Sur le vif - Mardi 12.03.19 - 09.27h
Avant de dire n'importe quoi sur l'Algérie, et de se réjouir benoîtement du départ d'un vieil homme, merci de lire, lire, et lire encore l'Histoire politique de ce pays passionnant, qui nous est si proche.
Bien sûr que Bouteflika, dans l'état où il se trouve, devait partir. Cela n'est pas contestable. Mais de là à traiter cet homme, le dernier grand destin encore vivant de la génération du FLN, comme le dernier des dictateurs, c'est aller un peu vite en besogne.
Il avait verrouillé le pouvoir, bien sûr. Mais merci de considérer son action dans la durée. Avant 1962, et après 1962. Merci de constater de quoi Bouteflika, certes dans la douleur et en établissant son pouvoir personnel, a sauvé l'Algérie après les terribles épreuves des années 90.

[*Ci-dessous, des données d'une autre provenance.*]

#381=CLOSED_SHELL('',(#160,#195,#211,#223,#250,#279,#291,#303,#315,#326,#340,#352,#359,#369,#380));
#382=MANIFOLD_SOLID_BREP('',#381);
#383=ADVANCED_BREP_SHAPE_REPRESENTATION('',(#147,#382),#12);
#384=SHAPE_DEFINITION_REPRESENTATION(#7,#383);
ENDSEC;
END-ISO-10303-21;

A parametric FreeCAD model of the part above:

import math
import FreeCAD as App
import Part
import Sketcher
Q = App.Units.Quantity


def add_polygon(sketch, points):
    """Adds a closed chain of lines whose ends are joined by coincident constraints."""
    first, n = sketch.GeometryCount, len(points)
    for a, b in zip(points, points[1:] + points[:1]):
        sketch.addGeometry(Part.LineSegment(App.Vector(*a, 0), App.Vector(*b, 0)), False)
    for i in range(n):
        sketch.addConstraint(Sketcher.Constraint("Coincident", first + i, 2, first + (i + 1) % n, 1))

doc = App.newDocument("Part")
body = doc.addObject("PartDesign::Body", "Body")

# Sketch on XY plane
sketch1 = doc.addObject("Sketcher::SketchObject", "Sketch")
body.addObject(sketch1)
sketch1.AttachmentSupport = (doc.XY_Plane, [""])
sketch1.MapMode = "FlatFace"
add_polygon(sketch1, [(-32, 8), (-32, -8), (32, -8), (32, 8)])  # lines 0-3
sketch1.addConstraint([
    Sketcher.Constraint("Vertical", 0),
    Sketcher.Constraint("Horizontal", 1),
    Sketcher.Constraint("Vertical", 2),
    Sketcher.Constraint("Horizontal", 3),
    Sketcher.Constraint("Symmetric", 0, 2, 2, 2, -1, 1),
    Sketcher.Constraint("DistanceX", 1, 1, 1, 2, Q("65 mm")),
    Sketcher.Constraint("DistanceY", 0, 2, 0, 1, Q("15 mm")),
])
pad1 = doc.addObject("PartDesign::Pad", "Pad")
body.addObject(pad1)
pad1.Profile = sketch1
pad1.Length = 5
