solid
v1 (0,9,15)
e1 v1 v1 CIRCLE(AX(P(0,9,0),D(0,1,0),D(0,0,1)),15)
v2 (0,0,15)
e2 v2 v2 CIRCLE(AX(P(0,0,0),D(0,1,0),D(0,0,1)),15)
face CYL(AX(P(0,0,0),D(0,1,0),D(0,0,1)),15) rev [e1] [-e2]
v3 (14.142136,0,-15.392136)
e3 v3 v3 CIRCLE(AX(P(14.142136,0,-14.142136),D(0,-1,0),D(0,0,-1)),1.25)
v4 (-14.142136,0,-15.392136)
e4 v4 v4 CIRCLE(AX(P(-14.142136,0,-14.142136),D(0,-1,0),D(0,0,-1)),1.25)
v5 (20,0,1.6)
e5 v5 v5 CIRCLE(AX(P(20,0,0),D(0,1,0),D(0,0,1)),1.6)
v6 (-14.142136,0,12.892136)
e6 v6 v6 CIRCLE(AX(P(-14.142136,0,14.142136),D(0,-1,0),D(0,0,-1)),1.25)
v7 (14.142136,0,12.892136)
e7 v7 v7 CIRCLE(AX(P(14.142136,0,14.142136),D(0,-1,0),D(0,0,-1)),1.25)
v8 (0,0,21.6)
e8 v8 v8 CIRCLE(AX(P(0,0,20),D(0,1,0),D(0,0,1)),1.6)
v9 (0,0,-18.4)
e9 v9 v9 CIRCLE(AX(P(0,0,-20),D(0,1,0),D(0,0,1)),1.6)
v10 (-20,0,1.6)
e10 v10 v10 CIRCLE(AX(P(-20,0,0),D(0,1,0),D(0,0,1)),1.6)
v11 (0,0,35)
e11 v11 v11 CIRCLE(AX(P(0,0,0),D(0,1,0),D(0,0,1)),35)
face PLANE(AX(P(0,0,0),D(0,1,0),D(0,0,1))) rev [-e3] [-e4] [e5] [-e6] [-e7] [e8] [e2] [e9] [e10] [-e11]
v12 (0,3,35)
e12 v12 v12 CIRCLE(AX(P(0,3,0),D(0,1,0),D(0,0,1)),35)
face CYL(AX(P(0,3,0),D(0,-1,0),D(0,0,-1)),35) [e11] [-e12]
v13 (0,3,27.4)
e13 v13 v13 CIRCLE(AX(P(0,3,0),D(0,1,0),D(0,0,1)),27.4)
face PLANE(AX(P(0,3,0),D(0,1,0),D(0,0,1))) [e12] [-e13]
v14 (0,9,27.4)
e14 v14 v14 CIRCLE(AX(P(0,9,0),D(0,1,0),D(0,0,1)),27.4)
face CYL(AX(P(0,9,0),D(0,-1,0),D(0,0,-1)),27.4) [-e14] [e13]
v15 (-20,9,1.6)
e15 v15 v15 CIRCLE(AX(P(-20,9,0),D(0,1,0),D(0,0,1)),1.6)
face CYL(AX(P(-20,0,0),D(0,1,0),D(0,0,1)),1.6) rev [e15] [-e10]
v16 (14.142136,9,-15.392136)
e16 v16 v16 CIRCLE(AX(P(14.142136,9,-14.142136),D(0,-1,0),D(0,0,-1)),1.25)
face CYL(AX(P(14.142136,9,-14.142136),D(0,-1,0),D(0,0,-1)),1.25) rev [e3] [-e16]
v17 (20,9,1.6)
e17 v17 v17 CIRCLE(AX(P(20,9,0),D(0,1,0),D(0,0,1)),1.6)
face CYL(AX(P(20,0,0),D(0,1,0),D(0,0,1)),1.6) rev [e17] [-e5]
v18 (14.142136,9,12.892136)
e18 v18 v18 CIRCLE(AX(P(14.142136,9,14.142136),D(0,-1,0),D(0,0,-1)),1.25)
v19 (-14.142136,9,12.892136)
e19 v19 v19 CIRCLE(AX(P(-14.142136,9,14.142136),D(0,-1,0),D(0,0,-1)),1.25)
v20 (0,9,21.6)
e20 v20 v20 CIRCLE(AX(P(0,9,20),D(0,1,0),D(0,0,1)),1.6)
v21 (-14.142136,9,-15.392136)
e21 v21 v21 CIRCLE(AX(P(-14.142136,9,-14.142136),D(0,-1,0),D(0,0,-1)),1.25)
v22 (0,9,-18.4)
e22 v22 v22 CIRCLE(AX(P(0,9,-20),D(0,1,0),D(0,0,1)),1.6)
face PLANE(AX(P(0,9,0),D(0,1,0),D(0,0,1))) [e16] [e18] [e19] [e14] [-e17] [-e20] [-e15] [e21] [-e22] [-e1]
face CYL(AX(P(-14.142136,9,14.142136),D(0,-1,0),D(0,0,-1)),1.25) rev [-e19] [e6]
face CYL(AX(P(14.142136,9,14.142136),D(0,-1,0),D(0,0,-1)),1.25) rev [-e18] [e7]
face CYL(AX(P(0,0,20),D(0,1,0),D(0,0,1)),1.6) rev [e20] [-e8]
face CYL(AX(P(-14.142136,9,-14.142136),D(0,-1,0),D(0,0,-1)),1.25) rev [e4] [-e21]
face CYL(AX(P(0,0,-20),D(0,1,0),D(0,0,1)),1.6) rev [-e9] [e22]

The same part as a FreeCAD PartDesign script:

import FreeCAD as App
import Part
import Sketcher

V = App.Vector

doc = App.newDocument("Part")
params = doc.addObject("Spreadsheet::Sheet", "Params")
for row, (alias, value) in enumerate([
    ("sketch1_diameter", "70 mm"),
    ("pad1_length", "3 mm"),
    ("sketch2_diameter", "54.8 mm"),
    ("pad2_length", "6 mm"),
    ("sketch3_diameter", "3.2 mm"),
    ("sketch4_diameter", "30 mm"),
    ("sketch5_diameter", "2.5 mm"),
], start=1):
    params.set(f"A{row}", alias)
    params.set(f"B{row}", "=" + value)
    params.setAlias(f"B{row}", alias)

body = doc.addObject("PartDesign::Body", "Body")

sketch1 = body.newObject("Sketcher::SketchObject", "Sketch")
sketch1.AttachmentSupport = (doc.getObject("XZ_Plane"), [""])
sketch1.MapMode = "FlatFace"
sketch1.addGeometry(Part.Circle(V(0, 0, 0), V(0, 0, 1), 35), False)
sketch1.addConstraint([
    Sketcher.Constraint("Coincident", 0, 3, -1, 1),
    Sketcher.Constraint("Diameter", 0, 70.0),
])
sketch1.setExpression("Constraints[1]", "Params.sketch1_diameter")
pad1 = body.newObject("PartDesign::Pad", "Pad")
pad1.Profile = sketch1
pad1.setExpression("Length", "Params.pad1_length")
pad1.Reversed = True

sketch2 = body.newObject("Sketcher::SketchObject", "Sketch001")
sketch2.AttachmentSupport = (doc.getObject("XZ_Plane"), [""])
sketch2.MapMode = "FlatFace"
sketch2.AttachmentOffset = App.Placement(V(0, 0, -3), App.Rotation())
sketch2.addGeometry(Part.Circle(V(0, 0, 0), V(0, 0, 1), 27.4), False)
sketch2.addConstraint([
    Sketcher.Constraint("Coincident", 0, 3, -1, 1),
    Sketcher.Constraint("Diameter", 0, 54.8),
])
sketch2.setExpression("Constraints[1]", "Params.sketch2_diameter")
pad2 = body.newObject("PartDesign::Pad", "Pad001")
pad2.Profile = sketch2
pad2.setExpression("Length", "Params.pad2_length")
pad2.Reversed = True

sketch3 = body.newObject("Sketcher::SketchObject", "Sketch002")
sketch3.AttachmentSupport = (doc.getObject("XZ_Plane"), [""])
sketch3.MapMode = "FlatFace"
sketch3.AttachmentOffset = App.Placement(V(0, 0, -9), App.Rotation())
sketch3.addGeometry([
    Part.Circle(V(0, -20, 0), V(0, 0, 1), 1.6),
    Part.Circle(V(20, 0, 0), V(0, 0, 1), 1.6),
    Part.Circle(V(0, 20, 0), V(0, 0, 1), 1.6),
    Part.Circle(V(-20, 0, 0), V(0, 0, 1), 1.6),
], False)
sketch3.addConstraint([
    Sketcher.Constraint("Equal", 0, 1),
    Sketcher.Constraint("Equal", 1, 2),
    Sketcher.Constraint("Equal", 2, 3),
    Sketcher.Constraint("Symmetric", 0, 3, 2, 3, -1, 1),
    Sketcher.Constraint("Symmetric", 1, 3, 3, 3, -1, 1),
    Sketcher.Constraint("PointOnObject", 0, 3, -2),
    Sketcher.Constraint("PointOnObject", 1, 3, -1),
    Sketcher.Constraint("Diameter", 0, 3.2),
    Sketcher.Constraint("DistanceY", 0, 3, -1, 1, 20.0),
    Sketcher.Constraint("DistanceX", -1, 1, 1, 3, 20.0),
])
sketch3.setExpression("Constraints[7]", "Params.sketch3_diameter")
pocket1 = body.newObject("PartDesign::Pocket", "Pocket")
pocket1.Profile = sketch3
pocket1.Type = "ThroughAll"
pocket1.Reversed = True

sketch4 = body.newObject("Sketcher::SketchObject", "Sketch003")
sketch4.AttachmentSupport = (doc.getObject("XZ_Plane"), [""])
sketch4.MapMode = "FlatFace"
sketch4.AttachmentOffset = App.Placement(V(0, 0, -9), App.Rotation())
sketch4.addGeometry(Part.Circle(V(0, 0, 0), V(0, 0, 1), 15), False)
sketch4.addConstraint([
    Sketcher.Constraint("Coincident", 0, 3, -1, 1),
    Sketcher.Constraint("Diameter", 0, 30.0),
])
sketch4.setExpression("Constraints[1]", "Params.sketch4_diameter")
pocket2 = body.newObject("PartDesign::Pocket", "Pocket001")
pocket2.Profile = sketch4
pocket2.Type = "ThroughAll"
pocket2.Reversed = True

sketch5 = body.newObject("Sketcher::SketchObject", "Sketch004")
sketch5.AttachmentSupport = (doc.getObject("XZ_Plane"), [""])
sketch5.MapMode = "FlatFace"
sketch5.addGeometry([
    Part.Circle(V(-14.142136, 14.142136, 0), V(0, 0, 1), 1.25),
    Part.Circle(V(14.142136, 14.142136, 0), V(0, 0, 1), 1.25),
    Part.Circle(V(14.142136, -14.142136, 0), V(0, 0, 1), 1.25),
    Part.Circle(V(-14.142136, -14.142136, 0), V(0, 0, 1), 1.25),
], False)
sketch5.addConstraint([
    Sketcher.Constraint("Equal", 0, 1),
    Sketcher.Constraint("Equal", 1, 2),
    Sketcher.Constraint("Equal", 2, 3),
    Sketcher.Constraint("Symmetric", 0, 3, 2, 3, -1, 1),
    Sketcher.Constraint("Symmetric", 1, 3, 3, 3, -1, 1),
    Sketcher.Constraint("Symmetric", 0, 3, 1, 3, -2),
    Sketcher.Constraint("Diameter", 0, 2.5),
    Sketcher.Constraint("DistanceX", 0, 3, 1, 3, 28.284271),
    Sketcher.Constraint("DistanceY", 2, 3, 1, 3, 28.284271),
])
sketch5.setExpression("Constraints[6]", "Params.sketch5_diameter")
pocket3 = body.newObject("PartDesign::Pocket", "Pocket002")
pocket3.Profile = sketch5
pocket3.Type = "ThroughAll"

doc.recompute()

Avant de se réjouir en rond, juste parce qu'il s'agit d'un vieil homme malade, en fin de vie, merci de l'étudier, cette vie précisément, dans le contexte d'éternelle incandescence de l'Histoire politique algérienne depuis l'Indépendance. Toutes les racines entremêlées étant d'ailleurs déjà ancrées avant juillet 1962, dans les luttes de clans internes aux partisans de cette dernière.
Il fallait que Bouteflika s'en aille, c'est sûr. Mais la naïveté des commentaires, leur manichéisme, leur refus de voir à quelles errances fatales, pour l'Algérie donc pour nous, ce départ peut laisser le champ libre, tout cela dévoile l'absence cruelle, chez nous, de connaissance en profondeur des contradictions algériennes.
Derrière la candeur des réjouissances, juste parce que l'homme est vieux et impotent, il y a la même ignorance crasse que lorsque nos beaux esprits, il y a quelques années, s'ébahissaient de pâmoison face aux "printemps arabes". On a vu le résultat.